It's perfectly fine for people to have strong feelings about political issues one way or the other, and even to desire responses similar to what your husband is feeling, but to act as though these are required steps that must be taken with or without his spouse, is unacceptable. My guess is that he is just embroiled in the anger, and hopefully just speaking from a place of frustration and is able to calm down and be more respectful at other times. Either way, I think it's important for you to stand up to him to some degree here, preferably during a marriage counseling session with a good licensed therapist.

So I think it would be good for you to share with him that you understand and respect his strong feelings, and even his interests in potentially moving/reclassifying his citizenship, etc. At the same time, you've got to point out how disrespectful it is, and a violation of the commitment he's made to you, to suggest that he is willing to take these drastic steps without your input, or even without you altogether. Certainly he might feel like he has no other reasonable choice due to the political circumstances, but the reality is that he absolutely does have a choice, and he alone is responsible for the choice he makes. I'd share how important your home is to you, that this is where you've lived your whole life, this is where your family and friends are, and while you aren't happy with the political circumstances either, you value your family/friends/marriage far more. Ultimately, if he earnestly feels that fleeing the country and these political policies is more important to him than his marriage, then I'd suggest that you insist that he make that decision immediately/asap.

My guess is that he'll either wise up and be more reasonable, or he'll let his anger talk and you'll start the divorce process, and he'll change his mind not long after.


----------



## norajane (Feb 7, 2012)

I think you're on your own here. A guy who would divorce you and move to another country because he doesn't want to buy health insurance isn't someone you can seriously rely on to be looking out for your best interests. He cares more about his rage than he does about the two of you as a married couple. I don't get it anyway. He'd prefer the two of you to be uninsured? What if you need medical care? Neither of you has a job that offers health insurance?

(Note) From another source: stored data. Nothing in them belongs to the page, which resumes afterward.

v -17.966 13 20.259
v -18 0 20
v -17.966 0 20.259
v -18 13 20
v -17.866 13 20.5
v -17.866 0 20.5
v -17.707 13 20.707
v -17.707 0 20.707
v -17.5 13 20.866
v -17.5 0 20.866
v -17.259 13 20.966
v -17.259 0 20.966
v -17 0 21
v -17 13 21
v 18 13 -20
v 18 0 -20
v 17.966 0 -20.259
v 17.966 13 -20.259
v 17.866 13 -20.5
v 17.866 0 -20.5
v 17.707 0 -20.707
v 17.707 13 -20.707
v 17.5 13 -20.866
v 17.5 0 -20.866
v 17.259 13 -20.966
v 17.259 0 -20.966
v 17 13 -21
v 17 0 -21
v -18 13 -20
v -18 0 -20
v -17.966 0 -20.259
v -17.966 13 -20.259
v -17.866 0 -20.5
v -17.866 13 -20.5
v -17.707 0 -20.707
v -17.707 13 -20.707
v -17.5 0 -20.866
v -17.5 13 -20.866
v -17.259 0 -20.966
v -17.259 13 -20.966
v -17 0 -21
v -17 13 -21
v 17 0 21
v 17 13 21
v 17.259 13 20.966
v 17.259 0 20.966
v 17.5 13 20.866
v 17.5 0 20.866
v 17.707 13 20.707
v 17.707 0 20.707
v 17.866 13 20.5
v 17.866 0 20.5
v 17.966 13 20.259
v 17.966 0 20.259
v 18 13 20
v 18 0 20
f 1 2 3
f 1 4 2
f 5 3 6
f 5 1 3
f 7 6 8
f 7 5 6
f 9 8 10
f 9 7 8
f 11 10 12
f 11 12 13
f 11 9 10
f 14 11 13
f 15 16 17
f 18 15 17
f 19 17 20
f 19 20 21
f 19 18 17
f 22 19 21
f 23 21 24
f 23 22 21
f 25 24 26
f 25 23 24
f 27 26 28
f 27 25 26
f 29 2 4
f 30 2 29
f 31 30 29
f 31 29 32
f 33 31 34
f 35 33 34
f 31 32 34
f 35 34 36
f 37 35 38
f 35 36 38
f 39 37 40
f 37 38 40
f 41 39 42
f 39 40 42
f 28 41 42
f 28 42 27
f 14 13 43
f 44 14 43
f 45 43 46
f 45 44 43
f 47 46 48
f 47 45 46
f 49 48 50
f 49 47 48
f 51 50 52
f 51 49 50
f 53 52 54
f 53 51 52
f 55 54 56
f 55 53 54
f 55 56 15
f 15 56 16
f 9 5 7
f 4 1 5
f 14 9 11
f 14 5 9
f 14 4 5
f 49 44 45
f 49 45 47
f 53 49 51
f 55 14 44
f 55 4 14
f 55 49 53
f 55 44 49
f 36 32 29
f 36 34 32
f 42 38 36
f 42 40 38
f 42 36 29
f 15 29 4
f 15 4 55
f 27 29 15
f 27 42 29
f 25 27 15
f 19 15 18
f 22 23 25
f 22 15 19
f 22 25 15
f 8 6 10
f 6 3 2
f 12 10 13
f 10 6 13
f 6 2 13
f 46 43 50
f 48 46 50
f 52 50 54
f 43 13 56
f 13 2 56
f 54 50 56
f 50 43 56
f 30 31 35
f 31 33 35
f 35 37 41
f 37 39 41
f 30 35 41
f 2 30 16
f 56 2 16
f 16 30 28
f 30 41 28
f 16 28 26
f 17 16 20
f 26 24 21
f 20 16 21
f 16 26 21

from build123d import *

# Parameters (mm, degrees)
CROQUIS1_W              = 36
CROQUIS1_H              = 42
SALIENTE_EXTRUIR1_DEPTH = 13
REDONDEO1_R             = 1


with BuildPart() as part:
    # Croquis1 → Saliente-Extruir1 (new body)
    with BuildSketch(Plane(origin=(0, 0, 0), x_dir=(1, 0, 0), z_dir=(0, 1, 0))):
        Rectangle(CROQUIS1_W, CROQUIS1_H)
    extrude(amount=SALIENTE_EXTRUIR1_DEPTH)

    # Redondeo1
    redondeo1_edges = [part.edges().sort_by_distance(p)[0] for p in [
        (18, 6.5, 21),
        (-18, 6.5, 21),
        (-18, 6.5, -21),
        (18, 6.5, -21),
    ]]
    fillet(redondeo1_edges, radius=REDONDEO1_R)


solid = part.part
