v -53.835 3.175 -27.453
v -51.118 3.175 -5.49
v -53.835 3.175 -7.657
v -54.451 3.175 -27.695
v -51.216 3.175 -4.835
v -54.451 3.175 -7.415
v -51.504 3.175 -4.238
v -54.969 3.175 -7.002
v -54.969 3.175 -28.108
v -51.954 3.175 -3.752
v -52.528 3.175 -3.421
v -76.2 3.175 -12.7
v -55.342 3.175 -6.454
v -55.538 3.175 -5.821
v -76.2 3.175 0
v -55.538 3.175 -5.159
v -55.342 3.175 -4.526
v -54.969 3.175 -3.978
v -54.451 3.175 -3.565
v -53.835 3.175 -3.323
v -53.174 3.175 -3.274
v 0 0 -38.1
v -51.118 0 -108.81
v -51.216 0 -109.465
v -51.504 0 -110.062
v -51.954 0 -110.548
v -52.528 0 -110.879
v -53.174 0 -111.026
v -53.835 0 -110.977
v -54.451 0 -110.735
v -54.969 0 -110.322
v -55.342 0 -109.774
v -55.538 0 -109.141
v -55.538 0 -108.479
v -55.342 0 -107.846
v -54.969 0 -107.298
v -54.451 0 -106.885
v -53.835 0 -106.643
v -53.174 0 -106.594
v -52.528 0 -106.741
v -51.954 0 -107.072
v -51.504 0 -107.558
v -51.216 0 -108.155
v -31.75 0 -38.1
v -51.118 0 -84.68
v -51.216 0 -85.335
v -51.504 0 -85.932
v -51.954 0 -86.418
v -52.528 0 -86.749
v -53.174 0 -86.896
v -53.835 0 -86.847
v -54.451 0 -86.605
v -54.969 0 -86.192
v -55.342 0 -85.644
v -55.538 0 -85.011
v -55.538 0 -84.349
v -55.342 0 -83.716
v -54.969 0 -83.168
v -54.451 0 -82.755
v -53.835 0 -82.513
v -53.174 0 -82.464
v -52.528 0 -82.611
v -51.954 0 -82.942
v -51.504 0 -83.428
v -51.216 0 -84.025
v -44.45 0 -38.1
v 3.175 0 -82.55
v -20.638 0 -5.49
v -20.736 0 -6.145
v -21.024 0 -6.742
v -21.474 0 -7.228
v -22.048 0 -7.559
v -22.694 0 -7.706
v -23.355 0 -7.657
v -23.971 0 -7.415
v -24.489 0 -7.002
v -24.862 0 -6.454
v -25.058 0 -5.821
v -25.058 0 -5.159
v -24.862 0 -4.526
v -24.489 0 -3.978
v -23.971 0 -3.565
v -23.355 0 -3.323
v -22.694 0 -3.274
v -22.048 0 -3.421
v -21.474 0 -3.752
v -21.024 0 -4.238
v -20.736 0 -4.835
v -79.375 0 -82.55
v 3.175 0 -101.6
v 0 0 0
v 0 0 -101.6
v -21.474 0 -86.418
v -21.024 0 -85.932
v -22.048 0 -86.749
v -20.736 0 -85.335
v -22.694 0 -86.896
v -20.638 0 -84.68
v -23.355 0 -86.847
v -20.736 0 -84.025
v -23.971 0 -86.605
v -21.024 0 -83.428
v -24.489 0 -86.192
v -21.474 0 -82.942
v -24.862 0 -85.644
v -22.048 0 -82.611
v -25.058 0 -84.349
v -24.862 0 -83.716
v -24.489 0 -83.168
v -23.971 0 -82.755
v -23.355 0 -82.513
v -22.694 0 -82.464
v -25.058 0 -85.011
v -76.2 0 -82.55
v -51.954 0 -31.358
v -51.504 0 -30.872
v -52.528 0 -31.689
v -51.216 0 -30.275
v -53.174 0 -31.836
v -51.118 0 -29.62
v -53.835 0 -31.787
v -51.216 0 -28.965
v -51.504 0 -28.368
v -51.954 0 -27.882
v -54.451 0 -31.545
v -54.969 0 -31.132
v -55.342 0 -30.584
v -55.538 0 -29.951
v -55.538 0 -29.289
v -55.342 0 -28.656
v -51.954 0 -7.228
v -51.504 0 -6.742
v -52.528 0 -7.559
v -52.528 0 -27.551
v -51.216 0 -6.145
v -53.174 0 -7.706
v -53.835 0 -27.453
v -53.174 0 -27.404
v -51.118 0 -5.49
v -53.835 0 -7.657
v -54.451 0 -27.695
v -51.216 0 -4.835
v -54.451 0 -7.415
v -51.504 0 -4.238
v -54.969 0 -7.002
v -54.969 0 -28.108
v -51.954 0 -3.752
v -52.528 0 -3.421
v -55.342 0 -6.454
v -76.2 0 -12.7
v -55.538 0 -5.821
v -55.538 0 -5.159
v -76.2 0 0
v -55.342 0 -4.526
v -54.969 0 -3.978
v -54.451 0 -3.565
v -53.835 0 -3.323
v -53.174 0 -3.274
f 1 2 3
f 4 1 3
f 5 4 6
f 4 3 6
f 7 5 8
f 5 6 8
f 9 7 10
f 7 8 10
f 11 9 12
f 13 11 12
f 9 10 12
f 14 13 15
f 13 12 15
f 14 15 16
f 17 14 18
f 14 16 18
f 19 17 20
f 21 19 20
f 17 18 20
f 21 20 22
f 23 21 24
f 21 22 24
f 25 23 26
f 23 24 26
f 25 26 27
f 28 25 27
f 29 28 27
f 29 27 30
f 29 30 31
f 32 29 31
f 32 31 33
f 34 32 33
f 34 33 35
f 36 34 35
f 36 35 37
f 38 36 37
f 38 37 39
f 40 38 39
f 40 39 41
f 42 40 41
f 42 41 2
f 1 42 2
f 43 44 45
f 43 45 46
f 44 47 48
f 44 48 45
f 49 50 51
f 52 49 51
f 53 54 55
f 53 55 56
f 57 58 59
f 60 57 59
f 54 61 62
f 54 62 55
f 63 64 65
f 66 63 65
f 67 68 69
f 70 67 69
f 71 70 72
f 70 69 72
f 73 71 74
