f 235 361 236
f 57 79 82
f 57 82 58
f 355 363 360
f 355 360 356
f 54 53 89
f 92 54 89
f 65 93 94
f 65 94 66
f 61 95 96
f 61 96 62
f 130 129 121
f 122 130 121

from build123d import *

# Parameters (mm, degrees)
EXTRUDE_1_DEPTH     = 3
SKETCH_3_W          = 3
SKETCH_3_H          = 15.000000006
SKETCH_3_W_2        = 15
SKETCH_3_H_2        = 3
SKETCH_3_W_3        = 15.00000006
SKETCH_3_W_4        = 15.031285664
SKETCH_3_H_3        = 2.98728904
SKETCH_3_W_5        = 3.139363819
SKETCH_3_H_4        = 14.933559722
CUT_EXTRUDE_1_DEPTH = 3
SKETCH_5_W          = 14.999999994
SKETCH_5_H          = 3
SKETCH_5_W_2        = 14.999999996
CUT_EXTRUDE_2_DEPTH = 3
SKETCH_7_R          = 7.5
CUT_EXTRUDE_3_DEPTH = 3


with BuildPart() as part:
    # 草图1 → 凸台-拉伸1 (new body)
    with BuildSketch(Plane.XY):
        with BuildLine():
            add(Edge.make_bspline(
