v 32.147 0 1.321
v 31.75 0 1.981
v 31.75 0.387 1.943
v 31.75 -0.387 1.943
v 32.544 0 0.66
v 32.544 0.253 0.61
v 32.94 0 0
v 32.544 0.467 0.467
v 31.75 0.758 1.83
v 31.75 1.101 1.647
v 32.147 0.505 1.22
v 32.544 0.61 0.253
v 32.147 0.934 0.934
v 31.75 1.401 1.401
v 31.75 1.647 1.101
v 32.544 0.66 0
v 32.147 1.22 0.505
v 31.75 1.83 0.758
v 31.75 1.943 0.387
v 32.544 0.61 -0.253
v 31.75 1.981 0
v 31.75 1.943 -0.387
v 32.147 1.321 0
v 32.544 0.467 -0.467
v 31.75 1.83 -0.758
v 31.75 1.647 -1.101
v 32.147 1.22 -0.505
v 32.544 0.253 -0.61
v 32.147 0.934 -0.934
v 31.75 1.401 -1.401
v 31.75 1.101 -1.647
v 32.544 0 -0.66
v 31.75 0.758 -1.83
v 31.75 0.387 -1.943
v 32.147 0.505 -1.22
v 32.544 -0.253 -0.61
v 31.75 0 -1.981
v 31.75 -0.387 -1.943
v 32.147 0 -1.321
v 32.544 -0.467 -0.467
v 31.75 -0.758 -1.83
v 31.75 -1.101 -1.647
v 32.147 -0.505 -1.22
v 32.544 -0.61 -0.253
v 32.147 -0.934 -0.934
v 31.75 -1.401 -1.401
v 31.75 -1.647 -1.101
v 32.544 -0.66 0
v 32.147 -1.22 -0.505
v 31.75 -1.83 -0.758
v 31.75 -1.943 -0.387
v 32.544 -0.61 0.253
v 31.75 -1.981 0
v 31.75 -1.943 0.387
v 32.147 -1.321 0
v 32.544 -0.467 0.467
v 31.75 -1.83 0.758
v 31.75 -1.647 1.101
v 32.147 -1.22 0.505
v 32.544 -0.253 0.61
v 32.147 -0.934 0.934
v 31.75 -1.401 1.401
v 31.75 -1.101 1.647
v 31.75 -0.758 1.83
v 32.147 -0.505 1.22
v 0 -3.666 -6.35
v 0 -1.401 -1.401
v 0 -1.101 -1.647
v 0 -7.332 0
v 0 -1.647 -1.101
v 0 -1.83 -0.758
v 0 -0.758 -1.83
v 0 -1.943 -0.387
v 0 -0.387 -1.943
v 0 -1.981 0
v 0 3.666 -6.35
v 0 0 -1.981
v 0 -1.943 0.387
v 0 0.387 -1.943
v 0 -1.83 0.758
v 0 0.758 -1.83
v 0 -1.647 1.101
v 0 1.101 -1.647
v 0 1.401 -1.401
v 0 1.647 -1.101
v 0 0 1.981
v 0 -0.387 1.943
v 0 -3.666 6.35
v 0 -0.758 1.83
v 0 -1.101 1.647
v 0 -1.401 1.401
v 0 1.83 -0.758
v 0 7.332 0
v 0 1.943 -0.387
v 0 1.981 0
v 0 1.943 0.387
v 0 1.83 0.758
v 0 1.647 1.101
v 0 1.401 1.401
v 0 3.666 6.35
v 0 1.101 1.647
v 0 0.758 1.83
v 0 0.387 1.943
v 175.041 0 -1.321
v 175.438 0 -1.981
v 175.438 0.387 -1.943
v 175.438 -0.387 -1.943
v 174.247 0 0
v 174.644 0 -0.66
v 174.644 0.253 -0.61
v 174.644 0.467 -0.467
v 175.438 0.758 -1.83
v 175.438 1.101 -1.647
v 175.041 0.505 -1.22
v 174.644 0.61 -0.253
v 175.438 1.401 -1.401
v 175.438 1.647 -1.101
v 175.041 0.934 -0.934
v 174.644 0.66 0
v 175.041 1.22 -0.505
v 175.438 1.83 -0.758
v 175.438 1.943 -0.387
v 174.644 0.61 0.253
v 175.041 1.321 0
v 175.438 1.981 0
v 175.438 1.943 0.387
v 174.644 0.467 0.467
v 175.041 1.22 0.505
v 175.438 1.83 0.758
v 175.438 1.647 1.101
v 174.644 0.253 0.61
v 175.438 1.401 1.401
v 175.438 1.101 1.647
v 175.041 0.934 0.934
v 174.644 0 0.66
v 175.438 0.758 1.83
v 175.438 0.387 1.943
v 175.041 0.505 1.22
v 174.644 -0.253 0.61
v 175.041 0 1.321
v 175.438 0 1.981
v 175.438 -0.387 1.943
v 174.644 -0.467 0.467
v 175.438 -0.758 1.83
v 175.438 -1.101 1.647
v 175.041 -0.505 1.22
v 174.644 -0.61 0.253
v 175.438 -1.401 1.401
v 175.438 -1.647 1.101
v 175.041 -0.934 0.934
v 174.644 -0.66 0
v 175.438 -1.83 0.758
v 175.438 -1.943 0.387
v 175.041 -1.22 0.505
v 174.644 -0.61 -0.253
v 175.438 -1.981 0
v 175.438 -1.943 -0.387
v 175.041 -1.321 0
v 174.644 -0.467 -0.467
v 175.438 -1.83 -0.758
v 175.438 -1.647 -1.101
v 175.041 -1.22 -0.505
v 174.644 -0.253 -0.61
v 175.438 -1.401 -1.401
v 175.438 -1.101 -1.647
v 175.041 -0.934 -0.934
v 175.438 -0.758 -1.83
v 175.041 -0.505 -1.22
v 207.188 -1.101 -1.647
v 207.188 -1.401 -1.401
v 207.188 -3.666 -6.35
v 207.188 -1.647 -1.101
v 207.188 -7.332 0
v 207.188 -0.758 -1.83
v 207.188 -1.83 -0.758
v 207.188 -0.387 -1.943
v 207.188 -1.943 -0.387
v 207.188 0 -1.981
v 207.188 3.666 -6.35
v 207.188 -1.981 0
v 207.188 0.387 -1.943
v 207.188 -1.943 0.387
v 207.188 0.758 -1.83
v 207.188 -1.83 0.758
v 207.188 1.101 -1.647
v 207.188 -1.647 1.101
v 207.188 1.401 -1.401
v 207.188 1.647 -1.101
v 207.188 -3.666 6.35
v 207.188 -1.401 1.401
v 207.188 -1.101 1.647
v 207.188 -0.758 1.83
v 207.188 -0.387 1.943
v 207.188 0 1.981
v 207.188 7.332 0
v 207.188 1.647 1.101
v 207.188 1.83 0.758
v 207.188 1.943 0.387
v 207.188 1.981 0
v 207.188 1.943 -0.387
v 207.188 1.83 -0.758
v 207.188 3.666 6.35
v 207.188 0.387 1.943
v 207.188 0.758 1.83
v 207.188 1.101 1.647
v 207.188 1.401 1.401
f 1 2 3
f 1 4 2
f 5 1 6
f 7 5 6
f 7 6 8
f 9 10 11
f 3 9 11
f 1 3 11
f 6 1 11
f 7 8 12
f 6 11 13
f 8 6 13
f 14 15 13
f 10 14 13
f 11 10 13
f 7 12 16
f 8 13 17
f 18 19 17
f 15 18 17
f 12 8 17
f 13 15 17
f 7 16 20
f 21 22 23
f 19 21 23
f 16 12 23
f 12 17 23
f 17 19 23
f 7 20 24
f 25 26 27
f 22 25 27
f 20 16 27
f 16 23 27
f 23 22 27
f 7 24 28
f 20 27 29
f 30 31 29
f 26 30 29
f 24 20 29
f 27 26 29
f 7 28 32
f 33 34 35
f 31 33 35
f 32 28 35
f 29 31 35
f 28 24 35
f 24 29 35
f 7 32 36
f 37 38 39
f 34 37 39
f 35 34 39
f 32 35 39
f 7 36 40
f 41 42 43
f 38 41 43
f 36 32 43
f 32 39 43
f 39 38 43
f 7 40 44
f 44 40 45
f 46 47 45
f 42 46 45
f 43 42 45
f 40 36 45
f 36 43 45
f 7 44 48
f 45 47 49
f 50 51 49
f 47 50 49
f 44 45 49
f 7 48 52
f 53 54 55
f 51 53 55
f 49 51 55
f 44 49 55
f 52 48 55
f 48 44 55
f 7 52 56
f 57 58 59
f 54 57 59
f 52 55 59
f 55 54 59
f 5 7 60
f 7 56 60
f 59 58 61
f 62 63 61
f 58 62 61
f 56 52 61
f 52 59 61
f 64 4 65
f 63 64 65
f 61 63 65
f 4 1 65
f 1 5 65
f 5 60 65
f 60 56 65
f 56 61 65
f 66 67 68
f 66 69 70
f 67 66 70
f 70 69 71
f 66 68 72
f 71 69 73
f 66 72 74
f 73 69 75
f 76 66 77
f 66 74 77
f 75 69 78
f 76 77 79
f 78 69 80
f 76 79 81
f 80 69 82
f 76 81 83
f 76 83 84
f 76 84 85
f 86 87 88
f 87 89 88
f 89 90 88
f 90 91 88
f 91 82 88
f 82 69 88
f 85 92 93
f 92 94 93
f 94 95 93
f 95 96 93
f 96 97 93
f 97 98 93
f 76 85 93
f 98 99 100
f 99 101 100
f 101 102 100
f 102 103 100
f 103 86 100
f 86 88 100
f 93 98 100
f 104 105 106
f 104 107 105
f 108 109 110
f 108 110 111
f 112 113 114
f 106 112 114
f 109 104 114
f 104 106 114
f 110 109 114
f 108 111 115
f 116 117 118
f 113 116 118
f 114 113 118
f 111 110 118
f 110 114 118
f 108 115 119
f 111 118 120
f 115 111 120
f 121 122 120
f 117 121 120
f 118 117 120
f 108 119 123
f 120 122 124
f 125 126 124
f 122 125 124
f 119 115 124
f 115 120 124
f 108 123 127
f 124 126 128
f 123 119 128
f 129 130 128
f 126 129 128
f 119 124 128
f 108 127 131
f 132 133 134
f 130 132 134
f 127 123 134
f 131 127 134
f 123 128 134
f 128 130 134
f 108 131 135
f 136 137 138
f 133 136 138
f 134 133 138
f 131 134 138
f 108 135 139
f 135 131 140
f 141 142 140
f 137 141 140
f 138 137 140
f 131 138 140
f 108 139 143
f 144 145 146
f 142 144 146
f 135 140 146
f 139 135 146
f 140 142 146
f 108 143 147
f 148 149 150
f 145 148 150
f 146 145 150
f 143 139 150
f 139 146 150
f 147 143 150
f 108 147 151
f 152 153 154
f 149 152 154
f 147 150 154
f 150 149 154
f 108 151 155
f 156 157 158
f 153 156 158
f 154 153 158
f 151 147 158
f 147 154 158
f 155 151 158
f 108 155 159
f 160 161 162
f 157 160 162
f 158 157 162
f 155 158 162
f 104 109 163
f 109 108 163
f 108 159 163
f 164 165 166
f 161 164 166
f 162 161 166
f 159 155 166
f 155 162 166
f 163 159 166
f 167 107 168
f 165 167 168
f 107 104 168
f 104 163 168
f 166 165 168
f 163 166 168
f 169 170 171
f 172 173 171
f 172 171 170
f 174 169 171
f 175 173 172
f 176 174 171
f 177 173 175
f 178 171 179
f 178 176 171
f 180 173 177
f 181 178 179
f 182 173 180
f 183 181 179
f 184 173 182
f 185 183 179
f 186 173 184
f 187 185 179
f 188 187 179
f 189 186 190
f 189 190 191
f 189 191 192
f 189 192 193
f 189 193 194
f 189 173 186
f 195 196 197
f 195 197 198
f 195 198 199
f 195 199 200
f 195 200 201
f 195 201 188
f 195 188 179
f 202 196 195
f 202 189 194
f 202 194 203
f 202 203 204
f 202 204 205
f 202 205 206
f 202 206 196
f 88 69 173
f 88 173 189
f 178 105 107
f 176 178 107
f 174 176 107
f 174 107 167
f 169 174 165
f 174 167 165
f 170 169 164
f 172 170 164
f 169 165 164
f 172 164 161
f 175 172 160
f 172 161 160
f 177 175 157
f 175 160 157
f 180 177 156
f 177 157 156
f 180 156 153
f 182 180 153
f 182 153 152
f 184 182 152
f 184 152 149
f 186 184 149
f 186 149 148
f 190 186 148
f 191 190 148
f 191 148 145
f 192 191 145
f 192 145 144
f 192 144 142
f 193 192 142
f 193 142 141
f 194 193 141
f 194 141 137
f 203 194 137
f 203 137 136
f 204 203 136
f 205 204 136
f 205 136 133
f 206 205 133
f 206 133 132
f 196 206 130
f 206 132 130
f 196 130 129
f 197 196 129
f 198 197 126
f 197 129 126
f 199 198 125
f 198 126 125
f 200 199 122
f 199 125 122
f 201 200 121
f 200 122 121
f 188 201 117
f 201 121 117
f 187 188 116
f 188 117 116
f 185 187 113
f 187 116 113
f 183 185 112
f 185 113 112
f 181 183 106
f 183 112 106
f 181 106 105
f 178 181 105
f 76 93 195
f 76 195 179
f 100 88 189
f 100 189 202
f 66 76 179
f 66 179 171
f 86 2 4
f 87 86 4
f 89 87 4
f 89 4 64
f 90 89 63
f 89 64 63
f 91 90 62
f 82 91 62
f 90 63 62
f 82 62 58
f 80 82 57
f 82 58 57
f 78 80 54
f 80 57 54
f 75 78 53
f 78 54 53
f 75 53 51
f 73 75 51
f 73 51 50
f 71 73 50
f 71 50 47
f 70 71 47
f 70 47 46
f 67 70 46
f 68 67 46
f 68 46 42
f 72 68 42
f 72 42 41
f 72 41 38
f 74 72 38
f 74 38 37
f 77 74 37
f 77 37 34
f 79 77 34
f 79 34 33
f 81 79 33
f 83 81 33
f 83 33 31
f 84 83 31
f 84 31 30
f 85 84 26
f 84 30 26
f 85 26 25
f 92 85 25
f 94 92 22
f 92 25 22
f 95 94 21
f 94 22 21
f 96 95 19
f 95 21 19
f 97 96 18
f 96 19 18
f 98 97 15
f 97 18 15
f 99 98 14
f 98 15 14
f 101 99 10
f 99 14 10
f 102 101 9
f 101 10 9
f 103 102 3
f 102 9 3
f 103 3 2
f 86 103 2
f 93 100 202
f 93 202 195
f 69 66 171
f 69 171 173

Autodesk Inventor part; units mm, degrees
ref_plane "YZ Plane" through (0, 0, 0) normal (1, 0, 0) x (0, 1, 0)
ref_plane "XZ Plane" through (0, 0, 0) normal (0, 1, 0) x (-1, 0, 0)
ref_plane "XY Plane" through (0, 0, 0) normal (0, 0, 1) x (1, 0, 0)
sketch "Sketch1" plane through (0, 0, 0) normal (1, 0, 0) x (0, 1, 0)
  line L0 (-3.6662, -6.35) -> (-7.3323, 0)
  line L1 (-7.3323, 0) -> (-3.6662, 6.35)
  line L2 (-3.6662, 6.35) -> (3.6662, 6.35)
  line L3 (3.6662, 6.35) -> (7.3323, 0)
  line L4 (7.3323, 0) -> (3.6662, -6.35)
  line L5 (3.6662, -6.35) -> (-3.6662, -6.35)
  point P0 (0, 0)
  point P1 (0, 0)
  dimension "d0" = 12.7
extrude "Extrusion1" add sketch "Sketch1" along normal blind 207.1878
sketch "Sketch2" plane through (0, 0, 0) normal (-1, 0, 0) x (0, 0, 1)
  point P0 (0, 0)
  point P1 (0, 0)
hole "Hole1" at (0, 0, 0) direction (1, 0, 0) diameter 3.9624 depth 31.75 tip angle 118 thread size "10-32 UNF" class "2B" standard "ANSI Unified Screw Threads"
sketch "Sketch3" plane through (207.1878, 0, 0) normal (1, 0, 0) x (0, 0, -1)
  circle A0 centre (0, 0) radius 1.9812 projected
hole "Hole2" at (207.1878, 0, 0) direction (-1, 0, 0) diameter 3.9624 depth 31.75 tip angle 118 thread size "10-32 UNF" class "2B" standard "ANSI Unified Screw Threads"
properties part number "STOCK,HEX,SHAFT,KICKER,BACK"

Your H isn't capable of being rational, but you are. I'd suggest you seriously speak to a divorce attorney and understand your rights and responsibilities and how to prepare for a divorce. You are better off being prepared now that he's told you his intentions about this.


----------



## jorgegene (May 26, 2012)

a lot of people say stuff like 'over my dead body' or 'let the terrorists come here, we'll show what we think of their sharia law!"

i think they really mean it at the time and and say it out of anger and true conviction.

nevertheless, the vast, vast majority of us when the cops finally do come and knock on our doors to confiscate our guns, we're just going to hand them over rather than go to prison.

when the stark reality hits us, the reality of lying in a 6 x 8 prison cell with some violent, wild eyed nutcase bunking with you and the prison gangs just chomping to get at you in the exercise yard, or the other possibility of getting into a firefight with swat saying 'over my dead body', you're suddenly faced with 'i'm AM gonna be dead, the cops ARE going to kill me!' and thinking about your family and loved ones, most people are going to give in and hand over the guns. maybe yes, maybe no, but hopefully your husband will come to his senses.

i don't like it either, but i'm not moving to mexico just yet. believe me. it's a lot more socialistic there anyway.


----------



## turnera (Jan 22, 2010)

My friend said he would move to Canada if Obama got elected. He's still here. Living off government disability, by the way.

One of the reasons my SIL divorced my brother is that he turned into a clone of your H. I stopped talking to my brother altogether because I got sick of listening to him repeat Rush Limbaugh word for word. And I told him, once she filed for divorce, that I agreed with her. A year later, he's back to being a somewhat normal person.

So, I would say, start making preparations to leave him. You may not need to divorce, but I'll bet that if you move out for 3-6 months and he has to REoccupy himself with day to day things like feeding himself, all that crap might disappear in the wind.


----------



## Fozzy (Jul 20, 2013)

Your husband has told you that he'd rather go to jail than pay for ACA. 

The implication of that is that he'd rather leave you without a husband than pay for ACA. 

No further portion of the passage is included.